爆音と火柱が蔦の虚虜の足元から吹き上がり、その一撃によって蔦の虚虜の態勢が崩れる。陽介を掴もうと伸ばした手は空を切り、その間にも陽介はひなみへと距離を詰める。
「白滝、ぼさっとすんな‼ うちらも本気でやるで!」
「ああ!」
地面に倒れていた血騎士が立ち上がり、自身に喝を入れるように大声で叫び、血の異能を解放する。無数の枝分かれした血液が巨大な鎌を複数、形作られ、彼らの意思に従い、大上段から蔦の虚虜の身体を裁断する。
そこへ留めたばかりに、要は爆発を叩きつけた。遠隔で光の粒子を解き放ち、先に倍する爆発でもって蔦の虚虜を存在核ごと消し炭へと変える。
吹き荒れる爆風は凄まじく、ともすれば陽介に危険が迫りかねないほどの大威力だったが、要は見る。

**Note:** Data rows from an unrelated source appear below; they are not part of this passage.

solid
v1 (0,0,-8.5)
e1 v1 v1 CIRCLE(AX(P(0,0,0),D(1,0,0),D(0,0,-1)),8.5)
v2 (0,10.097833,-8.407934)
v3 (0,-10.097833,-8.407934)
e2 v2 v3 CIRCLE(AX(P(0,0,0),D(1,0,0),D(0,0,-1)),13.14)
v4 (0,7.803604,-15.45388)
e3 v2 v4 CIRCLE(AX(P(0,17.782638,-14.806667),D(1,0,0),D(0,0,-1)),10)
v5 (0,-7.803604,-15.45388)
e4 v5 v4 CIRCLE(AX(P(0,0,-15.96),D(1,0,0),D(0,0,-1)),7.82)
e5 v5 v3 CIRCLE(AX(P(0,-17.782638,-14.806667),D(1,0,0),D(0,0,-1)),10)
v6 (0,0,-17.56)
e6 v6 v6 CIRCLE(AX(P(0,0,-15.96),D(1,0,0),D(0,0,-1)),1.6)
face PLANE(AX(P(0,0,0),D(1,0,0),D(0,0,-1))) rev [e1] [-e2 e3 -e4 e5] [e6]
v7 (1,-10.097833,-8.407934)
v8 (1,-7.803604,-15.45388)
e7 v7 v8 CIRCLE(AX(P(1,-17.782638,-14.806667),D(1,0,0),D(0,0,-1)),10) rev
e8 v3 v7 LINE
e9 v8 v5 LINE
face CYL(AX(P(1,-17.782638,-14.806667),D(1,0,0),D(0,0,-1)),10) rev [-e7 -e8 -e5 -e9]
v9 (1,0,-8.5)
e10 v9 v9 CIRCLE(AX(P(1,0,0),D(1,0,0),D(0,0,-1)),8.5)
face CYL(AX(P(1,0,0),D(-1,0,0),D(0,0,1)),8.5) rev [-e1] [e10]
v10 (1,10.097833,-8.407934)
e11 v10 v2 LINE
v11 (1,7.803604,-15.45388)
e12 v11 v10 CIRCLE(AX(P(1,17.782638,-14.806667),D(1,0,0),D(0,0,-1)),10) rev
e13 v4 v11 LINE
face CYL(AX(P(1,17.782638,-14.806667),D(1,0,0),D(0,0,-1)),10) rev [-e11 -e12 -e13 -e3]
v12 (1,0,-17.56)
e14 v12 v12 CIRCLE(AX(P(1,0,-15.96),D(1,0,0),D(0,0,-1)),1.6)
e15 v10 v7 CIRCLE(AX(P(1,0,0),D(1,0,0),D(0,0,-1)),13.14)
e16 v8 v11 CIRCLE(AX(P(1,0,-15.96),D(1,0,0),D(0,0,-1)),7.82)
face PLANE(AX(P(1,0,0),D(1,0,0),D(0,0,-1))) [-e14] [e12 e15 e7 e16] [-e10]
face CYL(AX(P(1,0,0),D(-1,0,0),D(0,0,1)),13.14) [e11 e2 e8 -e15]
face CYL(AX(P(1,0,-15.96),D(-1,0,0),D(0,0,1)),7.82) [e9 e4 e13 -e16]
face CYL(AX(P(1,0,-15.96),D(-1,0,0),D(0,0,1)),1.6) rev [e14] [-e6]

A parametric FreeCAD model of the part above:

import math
import FreeCAD as App
import Part
import Sketcher

V = App.Vector


def edges_at(feature, points):
    """Names of the edges that pass closest to the given points."""
    edges = feature.Shape.Edges
    near = lambda p: min(range(len(edges)), key=lambda i: edges[i].distToShape(Part.Vertex(*p))[0])
    return sorted({f"Edge{near(p) + 1}" for p in points})

doc = App.newDocument("Part")
body = doc.addObject("PartDesign::Body", "Body")

# Sketch on YZ plane
sketch1 = body.newObject("Sketcher::SketchObject", "Sketch")
sketch1.AttachmentSupport = (doc.getObject("YZ_Plane"), [""])
sketch1.MapMode = "FlatFace"
sketch1.addGeometry([
    Part.ArcOfCircle(Part.Circle(V(0, -15.96, 0), V(0, 0, 1), 7.82), math.radians(144.988381), math.radians(395.011619)),
    Part.ArcOfCircle(Part.Circle(V(0, 0, 0), V(0, 0, 1), 13.14), math.radians(-60.828052), math.radians(240.828052)),
    Part.Circle(V(0, 0, 0), V(0, 0, 1), 8.5),
    Part.Circle(V(0, -15.96, 0), V(0, 0, 1), 1.6),
], False)
sketch1.addConstraint([
    Sketcher.Constraint("Coincident", 0, 1, 1, 2),
    Sketcher.Constraint("Coincident", 1, 1, 0, 2),
    Sketcher.Constraint("Coincident", 1, 3, -1, 1),
    Sketcher.Constraint("Coincident", 2, 3, -1, 1),
    Sketcher.Constraint("Coincident", 3, 3, 0, 3),
    Sketcher.Constraint("PointOnObject", 0, 3, -2),
    Sketcher.Constraint("Diameter", 2, 17.0),
    Sketcher.Constraint("Diameter", 3, 3.2),
    Sketcher.Constraint("Radius", 0, 7.82),
    Sketcher.Constraint("Radius", 1, 13.14),
    Sketcher.Constraint("DistanceY", 0, 3, -1, 1, 15.96),
])
pad1 = body.newObject("PartDesign::Pad", "Pad")
pad1.Profile = sketch1
pad1.Length = 1
doc.recompute()

fillet = body.newObject("PartDesign::Fillet", "Fillet")
fillet.Base = (pad1, edges_at(pad1, [(0.5, -6.405, -11.473), (0.5, 6.405, -11.473)]))
fillet.Radius = 10

doc.recompute()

陽介は、それら一切を気にせず、転がって身体を打ちながらも立ち上がり、ひなみのもとへ向かっていた。決して足は止めず、身に迫る危険すら無視して、ただ手を伸ばしている。
「そのまま行け」
呟き、断熱膨張による冷気を空間全体へと発生させる。視界がブラックアウトするほどの力の消費を感じるが、要はそれを意志の力ではねつけた。
力を手繰り、制御する。そこに必も協力する。
二人の力は周囲一帯の草花や茨、樹木のみを対象に氷結させた。
氷の華が咲き誇る。まるでバージンロードのように氷で作られた道を走る陽介と、その先で待つひなみを祝福するようで、その場にいた誰もがその行く末を見守っていた。